The computer never sleeps
Algorithmic trading systems run as long as the markets are open, which is of great advantage, especially when trading some markets like gold where there are multiple sessions around the world. This enables you to make more trades and increase the chances of winning.
It is even possible to have strategies that trade different sessions in the same market, to take advantage of how the market behavior changes throughout the session. This concept works for global commodities (such as gold), which, depending on what part of the world is currently trading it actively, may behave very differently.
Automated execution for all strategies
With the discretionary approach, trading multiple trading styles — scalping, day trading, swing trading, and position trading — at the same time is nearly impossible, but with computer programs taking the trades, it is now very much possible.
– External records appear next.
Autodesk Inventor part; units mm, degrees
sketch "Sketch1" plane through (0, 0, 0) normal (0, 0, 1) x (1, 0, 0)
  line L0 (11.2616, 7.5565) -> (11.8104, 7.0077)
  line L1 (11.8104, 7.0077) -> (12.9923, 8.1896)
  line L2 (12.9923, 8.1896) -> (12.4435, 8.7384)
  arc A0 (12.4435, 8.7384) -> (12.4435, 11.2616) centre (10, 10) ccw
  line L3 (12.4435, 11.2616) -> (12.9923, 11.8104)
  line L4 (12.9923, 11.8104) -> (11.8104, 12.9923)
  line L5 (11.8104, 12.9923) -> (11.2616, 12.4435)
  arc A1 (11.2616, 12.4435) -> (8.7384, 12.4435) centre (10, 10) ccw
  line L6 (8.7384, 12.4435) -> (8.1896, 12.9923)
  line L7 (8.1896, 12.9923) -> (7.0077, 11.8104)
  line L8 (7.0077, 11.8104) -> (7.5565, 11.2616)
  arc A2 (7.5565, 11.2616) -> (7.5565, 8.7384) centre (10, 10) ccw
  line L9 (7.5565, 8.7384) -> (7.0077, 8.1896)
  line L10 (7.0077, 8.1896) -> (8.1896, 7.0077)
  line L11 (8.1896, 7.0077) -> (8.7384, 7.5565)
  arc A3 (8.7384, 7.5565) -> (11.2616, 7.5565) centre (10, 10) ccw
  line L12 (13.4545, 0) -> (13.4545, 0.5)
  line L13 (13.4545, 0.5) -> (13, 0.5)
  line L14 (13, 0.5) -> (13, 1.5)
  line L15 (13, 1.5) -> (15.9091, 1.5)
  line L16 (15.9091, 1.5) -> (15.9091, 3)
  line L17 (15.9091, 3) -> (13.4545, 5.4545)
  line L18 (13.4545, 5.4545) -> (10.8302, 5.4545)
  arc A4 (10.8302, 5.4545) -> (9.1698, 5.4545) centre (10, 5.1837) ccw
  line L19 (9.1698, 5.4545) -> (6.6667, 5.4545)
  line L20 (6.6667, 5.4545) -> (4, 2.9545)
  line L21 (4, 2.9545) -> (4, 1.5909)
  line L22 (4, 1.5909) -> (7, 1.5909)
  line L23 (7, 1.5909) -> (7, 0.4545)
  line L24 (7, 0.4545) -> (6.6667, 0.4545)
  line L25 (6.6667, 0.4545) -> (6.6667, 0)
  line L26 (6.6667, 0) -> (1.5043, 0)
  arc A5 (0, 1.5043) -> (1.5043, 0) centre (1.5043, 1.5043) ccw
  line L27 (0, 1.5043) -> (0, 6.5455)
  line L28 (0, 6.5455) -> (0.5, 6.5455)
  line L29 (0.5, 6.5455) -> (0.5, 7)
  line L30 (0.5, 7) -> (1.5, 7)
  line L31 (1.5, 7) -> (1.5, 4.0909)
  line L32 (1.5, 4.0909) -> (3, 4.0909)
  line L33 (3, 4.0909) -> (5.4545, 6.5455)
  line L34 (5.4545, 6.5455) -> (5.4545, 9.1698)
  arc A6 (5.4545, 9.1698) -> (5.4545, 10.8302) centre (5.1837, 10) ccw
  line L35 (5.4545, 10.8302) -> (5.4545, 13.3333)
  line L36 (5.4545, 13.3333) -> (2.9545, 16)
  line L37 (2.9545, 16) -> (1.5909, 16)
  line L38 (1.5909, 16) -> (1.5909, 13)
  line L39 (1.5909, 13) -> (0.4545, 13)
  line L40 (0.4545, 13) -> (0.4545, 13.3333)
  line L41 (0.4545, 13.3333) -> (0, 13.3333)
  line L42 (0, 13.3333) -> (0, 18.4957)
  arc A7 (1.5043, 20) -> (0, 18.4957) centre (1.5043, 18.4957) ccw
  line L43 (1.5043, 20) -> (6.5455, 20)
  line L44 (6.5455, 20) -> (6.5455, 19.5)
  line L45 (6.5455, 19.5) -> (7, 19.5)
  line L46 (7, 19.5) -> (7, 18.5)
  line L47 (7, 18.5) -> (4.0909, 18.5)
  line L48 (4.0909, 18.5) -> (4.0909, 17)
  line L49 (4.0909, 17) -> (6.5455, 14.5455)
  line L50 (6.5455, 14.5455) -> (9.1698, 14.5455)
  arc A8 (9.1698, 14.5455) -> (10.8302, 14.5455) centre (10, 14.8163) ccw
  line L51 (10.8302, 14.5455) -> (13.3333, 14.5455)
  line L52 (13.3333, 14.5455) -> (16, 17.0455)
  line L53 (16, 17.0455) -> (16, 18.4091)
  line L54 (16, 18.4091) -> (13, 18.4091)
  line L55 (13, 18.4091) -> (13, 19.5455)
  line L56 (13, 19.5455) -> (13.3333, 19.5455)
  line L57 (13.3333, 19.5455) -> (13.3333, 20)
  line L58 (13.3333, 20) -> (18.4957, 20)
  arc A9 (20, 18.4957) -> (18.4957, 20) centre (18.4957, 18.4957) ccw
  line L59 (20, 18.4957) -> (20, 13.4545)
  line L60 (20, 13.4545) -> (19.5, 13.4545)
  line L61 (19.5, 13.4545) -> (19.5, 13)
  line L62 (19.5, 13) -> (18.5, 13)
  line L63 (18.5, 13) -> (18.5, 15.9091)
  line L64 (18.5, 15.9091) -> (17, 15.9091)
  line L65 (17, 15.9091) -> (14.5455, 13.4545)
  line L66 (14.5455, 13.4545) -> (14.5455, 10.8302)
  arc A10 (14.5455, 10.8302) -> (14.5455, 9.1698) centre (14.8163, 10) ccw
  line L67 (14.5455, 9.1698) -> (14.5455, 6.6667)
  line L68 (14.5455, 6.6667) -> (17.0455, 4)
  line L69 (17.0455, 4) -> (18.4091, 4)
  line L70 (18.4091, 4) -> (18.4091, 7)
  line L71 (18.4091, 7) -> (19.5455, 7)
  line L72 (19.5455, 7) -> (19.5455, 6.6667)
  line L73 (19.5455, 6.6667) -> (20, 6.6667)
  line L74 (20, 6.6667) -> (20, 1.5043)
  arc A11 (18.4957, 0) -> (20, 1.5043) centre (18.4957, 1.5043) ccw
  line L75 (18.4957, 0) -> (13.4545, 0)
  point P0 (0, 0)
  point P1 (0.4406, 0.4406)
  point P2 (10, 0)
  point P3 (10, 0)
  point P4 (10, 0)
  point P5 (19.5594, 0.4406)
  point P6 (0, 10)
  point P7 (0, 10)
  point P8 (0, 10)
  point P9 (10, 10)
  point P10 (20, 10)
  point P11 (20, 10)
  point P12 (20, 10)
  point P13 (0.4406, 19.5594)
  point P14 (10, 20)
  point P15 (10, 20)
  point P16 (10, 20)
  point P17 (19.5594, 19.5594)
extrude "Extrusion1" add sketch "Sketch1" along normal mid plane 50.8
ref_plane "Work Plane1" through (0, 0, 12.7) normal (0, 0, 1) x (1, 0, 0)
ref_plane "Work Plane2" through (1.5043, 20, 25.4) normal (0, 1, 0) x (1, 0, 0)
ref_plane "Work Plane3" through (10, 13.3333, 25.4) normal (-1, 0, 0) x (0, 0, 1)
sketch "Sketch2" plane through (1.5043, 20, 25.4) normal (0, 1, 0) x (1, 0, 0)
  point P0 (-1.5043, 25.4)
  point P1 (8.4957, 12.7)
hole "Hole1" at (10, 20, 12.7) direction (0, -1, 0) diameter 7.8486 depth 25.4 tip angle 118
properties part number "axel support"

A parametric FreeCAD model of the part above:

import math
import FreeCAD as App
import Part
import Sketcher
Q = App.Units.Quantity

doc = App.newDocument("Part")
body = doc.addObject("PartDesign::Body", "Body")

# Sketch on XY plane
sketch1 = body.newObject("Sketcher::SketchObject", "Sketch")
sketch1.AttachmentSupport = (doc.getObject("XY_Plane"), [""])
sketch1.MapMode = "FlatFace"
sketch1.addGeometry([
    Part.LineSegment(App.Vector(13.45, 0.5, 0), App.Vector(13.45, 0, 0)),  # 0
    Part.LineSegment(App.Vector(13.45, 0, 0), App.Vector(18.5, 0, 0)),  # 1
    Part.ArcOfCircle(Part.Circle(App.Vector(18.5, 1.5, 0), App.Vector(0, 0, 1), 1.5), math.radians(-90), math.radians(0)),  # 2
    Part.LineSegment(App.Vector(20, 1.5, 0), App.Vector(20, 6.67, 0)),  # 3
    Part.LineSegment(App.Vector(20, 6.67, 0), App.Vector(19.55, 6.67, 0)),  # 4
    Part.LineSegment(App.Vector(19.55, 6.67, 0), App.Vector(19.55, 7, 0)),  # 5
    Part.LineSegment(App.Vector(19.55, 7, 0), App.Vector(18.41, 7, 0)),  # 6
    Part.LineSegment(App.Vector(18.41, 7, 0), App.Vector(18.41, 4, 0)),  # 7
    Part.LineSegment(App.Vector(18.41, 4, 0), App.Vector(17.05, 4, 0)),  # 8
    Part.LineSegment(App.Vector(17.05, 4, 0), App.Vector(14.55, 6.67, 0)),  # 9
    Part.LineSegment(App.Vector(14.55, 6.67, 0), App.Vector(14.55, 9.17, 0)),  # 10
    Part.ArcOfCircle(Part.Circle(App.Vector(14.82, 10, 0), App.Vector(0, 0, 1), 0.87), math.radians(108), math.radians(252)),  # 11
    Part.LineSegment(App.Vector(14.55, 10.83, 0), App.Vector(14.55, 13.45, 0)),  # 12
    Part.LineSegment(App.Vector(14.55, 13.45, 0), App.Vector(17, 15.91, 0)),  # 13
    Part.LineSegment(App.Vector(17, 15.91, 0), App.Vector(18.5, 15.91, 0)),  # 14
    Part.LineSegment(App.Vector(18.5, 15.91, 0), App.Vector(18.5, 13, 0)),  # 15
    Part.LineSegment(App.Vector(18.5, 13, 0), App.Vector(19.5, 13, 0)),  # 16
    Part.LineSegment(App.Vector(19.5, 13, 0), App.Vector(19.5, 13.45, 0)),  # 17
    Part.LineSegment(App.Vector(19.5, 13.45, 0), App.Vector(20, 13.45, 0)),  # 18
    Part.LineSegment(App.Vector(20, 13.45, 0), App.Vector(20, 18.5, 0)),  # 19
Moreover, apart from being a convenient solution, it comes with quite some great advantages. Perhaps, the biggest advantage is that you avoid many of the mistakes that are common in discretionary trading, such as the difficulty in handling several price charts at the same time, which can result in erroneous orders (big finger effect) or poor trade management.
Definitely, there will be hiccups in algo trading, and there will be instances when your computer, your internet connection, or the broker messes things up a bit. But with some monitoring, this will just be a minor concern because most trading algos generally run smoothly. You can stay for six months without any significant hitch.
Reduced effect of trading emotions
The emotional and psychological stress associated with trading is one of the most challenging aspects of any trading style. Trading emotions can seriously affect discretionary trading. It is not uncommon to see discretionary traders struggle with placing the next trade or adhering to their set rules when they have a significant drawdown that is still below their preset maximum levels.
With the computer making the trades, algorithmic traders aren’t involved in the execution of their trading strategies, so their trading emotions have less effect on their trading outcome. However, algorithmic trading, by no means, relieves you of all emotional pressures and hardships — it only makes things a lot easier!
Easy to diversify across strategies, markets, and timeframes
Algorithmic trading makes it easy to diversify and, thus, reduce risk. With the computer executing the orders for you, you can expand your trading into more markets, timeframes, and strategies, which make for better risk management.
For example, it is possible to have your algo system trading gold, crude oil, market indexes, or stocks, all at the same time. So, if one or two of these markets behave strangely at one time, the others may be in profit and make up for those losses, which is why algo traders try to learn different algorithmic trading strategies.
At the Robust Trader, we trade as many as 100 strategies across different markets at the same time, so each strategy only risks a small portion of the capital, which makes it much safer for us.